I just bought my acer aspire notebook week ago and i wasn't satisfied with the 1 partition drive so I used the shrink thing and wasn't enough anyway i used program and made me lose my partition.

I fixed the partition thing and used the recovery dvds I made after the notebook 1st start, I tired this alot of times but after each time it say:

Operation interrupted, please insert a recovery media and restart your computer

I browsed the drive after the recovery with the partition program and I can see the windows files in there and also I can see the recovery hidden partition

anyway i dun know what to do

is the problem with the recovery dvds or it's with the Hard drive itself

Thanks in advance


----------



## makinu1der2 (Jan 1, 2008)

*Re: Acer Aspire 5738 Recovery*

Hello,

See if the recovery partition is still intact.

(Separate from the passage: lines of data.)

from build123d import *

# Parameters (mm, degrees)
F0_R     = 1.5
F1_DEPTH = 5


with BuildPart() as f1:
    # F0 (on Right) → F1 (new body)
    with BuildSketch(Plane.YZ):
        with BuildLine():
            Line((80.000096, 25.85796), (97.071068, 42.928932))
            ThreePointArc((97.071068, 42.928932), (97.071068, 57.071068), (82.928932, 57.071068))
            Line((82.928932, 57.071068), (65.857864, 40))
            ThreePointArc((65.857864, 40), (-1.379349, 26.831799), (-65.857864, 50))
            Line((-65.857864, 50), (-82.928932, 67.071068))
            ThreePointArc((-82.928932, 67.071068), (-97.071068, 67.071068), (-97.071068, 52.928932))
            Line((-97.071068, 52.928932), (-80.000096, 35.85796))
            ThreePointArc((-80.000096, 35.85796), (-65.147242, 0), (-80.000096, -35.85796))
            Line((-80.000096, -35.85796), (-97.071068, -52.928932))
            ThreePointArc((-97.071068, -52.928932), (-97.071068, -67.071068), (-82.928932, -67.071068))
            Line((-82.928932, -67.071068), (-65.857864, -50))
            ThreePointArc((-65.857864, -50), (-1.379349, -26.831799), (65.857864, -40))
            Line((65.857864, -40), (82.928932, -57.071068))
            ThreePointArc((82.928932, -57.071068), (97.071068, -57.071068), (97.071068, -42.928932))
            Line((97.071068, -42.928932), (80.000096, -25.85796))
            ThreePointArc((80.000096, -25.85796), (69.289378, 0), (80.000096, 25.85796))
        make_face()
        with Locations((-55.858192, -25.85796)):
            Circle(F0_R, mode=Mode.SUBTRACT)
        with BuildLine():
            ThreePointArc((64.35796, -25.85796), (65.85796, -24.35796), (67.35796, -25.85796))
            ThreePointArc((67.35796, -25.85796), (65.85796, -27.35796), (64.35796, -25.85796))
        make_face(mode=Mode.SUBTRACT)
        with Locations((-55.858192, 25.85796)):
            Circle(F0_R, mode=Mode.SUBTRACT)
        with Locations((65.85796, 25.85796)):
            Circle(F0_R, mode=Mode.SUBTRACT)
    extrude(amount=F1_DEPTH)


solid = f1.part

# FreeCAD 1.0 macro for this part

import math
import FreeCAD as App
import Part
import Sketcher

V = App.Vector

doc = App.newDocument("Part")
body = doc.addObject("PartDesign::Body", "Body")

sketch1 = body.newObject("Sketcher::SketchObject", "Sketch")
sketch1.AttachmentSupport = (doc.getObject("YZ_Plane"), [""])
sketch1.MapMode = "FlatFace"
sketch1.addGeometry(Part.LineSegment(V(80, 25.9, 0), V(97.1, 42.9, 0)), False)
sketch1.addGeometry(Part.ArcOfCircle(Part.Circle(V(90, 50, 0), V(0, 0, 1), 10), math.radians(-45), math.radians(135)), False)
sketch1.addGeometry(Part.LineSegment(V(82.9, 57.1, 0), V(65.9, 40, 0)), False)
sketch1.addGeometry(Part.ArcOfCircle(Part.Circle(V(8.4, 155.3, 0), V(0, 0, 1), 128.8), math.radians(-125), math.radians(-63)), False)
sketch1.addGeometry(Part.LineSegment(V(-65.9, 50, 0), V(-82.9, 67.1, 0)), False)
sketch1.addGeometry(Part.ArcOfCircle(Part.Circle(V(-90, 60, 0), V(0, 0, 1), 10), math.radians(45), math.radians(225)), False)
sketch1.addGeometry(Part.LineSegment(V(-97.1, 52.9, 0), V(-80, 35.9, 0)), False)
sketch1.addGeometry(Part.ArcOfCircle(Part.Circle(V(-115.9, 0, 0), V(0, 0, 1), 50.7), math.radians(-45), math.radians(45)), False)
sketch1.addGeometry(Part.LineSegment(V(-80, -35.9, 0), V(-97.1, -52.9, 0)), False)
sketch1.addGeometry(Part.ArcOfCircle(Part.Circle(V(-90, -60, 0), V(0, 0, 1), 10), math.radians(135), math.radians(315)), False)
sketch1.addGeometry(Part.LineSegment(V(-82.9, -67.1, 0), V(-65.9, -50, 0)), False)
sketch1.addGeometry(Part.ArcOfCircle(Part.Circle(V(8.4, -155.3, 0), V(0, 0, 1), 128.8), math.radians(63), math.radians(125)), False)
sketch1.addGeometry(Part.LineSegment(V(65.9, -40, 0), V(82.9, -57.1, 0)), False)
sketch1.addGeometry(Part.ArcOfCircle(Part.Circle(V(90, -50, 0), V(0, 0, 1), 10), math.radians(-135), math.radians(45)), False)
sketch1.addGeometry(Part.LineSegment(V(97.1, -42.9, 0), V(80, -25.9, 0)), False)
sketch1.addGeometry(Part.ArcOfCircle(Part.Circle(V(105.9, 0, 0), V(0, 0, 1), 36.6), math.radians(135), math.radians(225)), False)
sketch1.addGeometry(Part.Circle(V(-55.9, -25.9, 0), V(0, 0, 1), 1.5), False)
sketch1.addGeometry(Part.Circle(V(65.9, -25.9, 0), V(0, 0, 1), 1.5), False)
sketch1.addGeometry(Part.Circle(V(-55.9, 25.9, 0), V(0, 0, 1), 1.5), False)
sketch1.addGeometry(Part.Circle(V(65.9, 25.9, 0), V(0, 0, 1), 1.5), False)
sketch1.addConstraint(Sketcher.Constraint("Tangent", 0, 2, 1, 1))
sketch1.addConstraint(Sketcher.Constraint("Tangent", 1, 2, 2, 1))
sketch1.addConstraint(Sketcher.Constraint("Coincident", 2, 2, 3, 2))
sketch1.addConstraint(Sketcher.Constraint("Coincident", 3, 1, 4, 1))
sketch1.addConstraint(Sketcher.Constraint("Tangent", 4, 2, 5, 1))
sketch1.addConstraint(Sketcher.Constraint("Tangent", 5, 2, 6, 1))
sketch1.addConstraint(Sketcher.Constraint("Tangent", 6, 2, 7, 2))
sketch1.addConstraint(Sketcher.Constraint("Tangent", 7, 1, 8, 1))
sketch1.addConstraint(Sketcher.Constraint("Tangent", 8, 2, 9, 1))
sketch1.addConstraint(Sketcher.Constraint("Tangent", 9, 2, 10, 1))
sketch1.addConstraint(Sketcher.Constraint("Coincident", 10, 2, 11, 2))
sketch1.addConstraint(Sketcher.Constraint("Coincident", 11, 1, 12, 1))
sketch1.addConstraint(Sketcher.Constraint("Tangent", 12, 2, 13, 1))
sketch1.addConstraint(Sketcher.Constraint("Tangent", 13, 2, 14, 1))
sketch1.addConstraint(Sketcher.Constraint("Tangent", 14, 2, 15, 2))
sketch1.addConstraint(Sketcher.Constraint("Tangent", 15, 1, 0, 1))
sketch1.addConstraint(Sketcher.Constraint("Equal", 1, 5))
sketch1.addConstraint(Sketcher.Constraint("Equal", 5, 9))
sketch1.addConstraint(Sketcher.Constraint("Equal", 3, 11))
sketch1.addConstraint(Sketcher.Constraint("Equal", 9, 13))
sketch1.addConstraint(Sketcher.Constraint("Equal", 16, 17))
sketch1.addConstraint(Sketcher.Constraint("Equal", 17, 18))
sketch1.addConstraint(Sketcher.Constraint("Equal", 18, 19))
sketch1.addConstraint(Sketcher.Constraint("Symmetric", 5, 3, 9, 3, -1))
sketch1.addConstraint(Sketcher.Constraint("Symmetric", 3, 3, 11, 3, -1))
sketch1.addConstraint(Sketcher.Constraint("Symmetric", 1, 3, 13, 3, -1))
sketch1.addConstraint(Sketcher.Constraint("Symmetric", 16, 3, 18, 3, -1))
sketch1.addConstraint(Sketcher.Constraint("Symmetric", 17, 3, 19, 3, -1))
sketch1.addConstraint(Sketcher.Constraint("PointOnObject", 7, 3, -1))
sketch1.addConstraint(Sketcher.Constraint("PointOnObject", 15, 3, -1))
sketch1.addConstraint(Sketcher.Constraint("Parallel", 0, 2))
sketch1.addConstraint(Sketcher.Constraint("Perpendicular", 2, 4))
sketch1.addConstraint(Sketcher.Constraint("Parallel", 4, 6))
sketch1.addConstraint(Sketcher.Constraint("Perpendicular", 6, 8))
sketch1.addConstraint(Sketcher.Constraint("Parallel", 8, 10))
sketch1.addConstraint(Sketcher.Constraint("Perpendicular", 10, 12))
sketch1.addConstraint(Sketcher.Constraint("Horizontal", 16, 3, 17, 3))
sketch1.addConstraint(Sketcher.Constraint("Horizontal", 1, 3, 3, 1))
sketch1.addConstraint(Sketcher.Constraint("Horizontal", 17, 3, 14, 2))
sketch1.addConstraint(Sketcher.Constraint("Equal", 2, 4))
sketch1.addConstraint(Sketcher.Constraint("Equal", 0, 6))
sketch1.addConstraint(Sketcher.Constraint("Diameter", 16, 3.0))
sketch1.addConstraint(Sketcher.Constraint("Radius", 1, 10.0))
sketch1.addConstraint(Sketcher.Constraint("DistanceX", -1, 1, 1, 3, 90.0))
sketch1.addConstraint(Sketcher.Constraint("DistanceY", -1, 1, 1, 3, 50.0))
sketch1.addConstraint(Sketcher.Constraint("DistanceX", 5, 3, -1, 1, 90.0))
sketch1.addConstraint(Sketcher.Constraint("DistanceY", -1, 1, 5, 3, 60.0))
sketch1.addConstraint(Sketcher.Constraint("Radius", 7, 50.710812))
sketch1.addConstraint(Sketcher.Constraint("Radius", 3, 128.817756))
sketch1.addConstraint(Sketcher.Constraint("DistanceX", -1, 1, 17, 3, 65.85796))
sketch1.addConstraint(Sketcher.Constraint("DistanceX", 7, 3, 16, 3, 59.999862))
pad1 = body.newObject("PartDesign::Pad", "Pad")
pad1.Profile = sketch1
pad1.Length = 5

doc.recompute()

Try and boot to the recovery partition at startup and by pressing (*ALT+F10*)

http://www.acerpanam.com/synapse/fo...m/us&siteid=7293&words=all&keywords=&areaid=7


----------



## newmanv4 (Oct 9, 2007)

*Re: Acer Aspire 5738 Recovery*

lol  for the 1st time it works  i tired it 1000 times and it didn't give me anything

thanks man, I'll try it and then I'll tell you what is happening


----------



## makinu1der2 (Jan 1, 2008)

*Re: Acer Aspire 5738 Recovery*

okay keep us posted.


----------



## dai (Jul 2, 2004)

*Re: Acer Aspire 5738 Recovery*

http://www.techsupportforum.com/f108/laptop-recovery-instructions-162525.html


----------



## newmanv4 (Oct 9, 2007)

*Re: Acer Aspire 5738 Recovery*

Yeah  thanks guys I think the recovery dvds is the problem cuz the HDD eRecovery works  i've my original windows again 

Thanks for your help guys, really appreciated


----------



## dai (Jul 2, 2004)

*Re: Acer Aspire 5738 Recovery*

glad you have it sorted


----------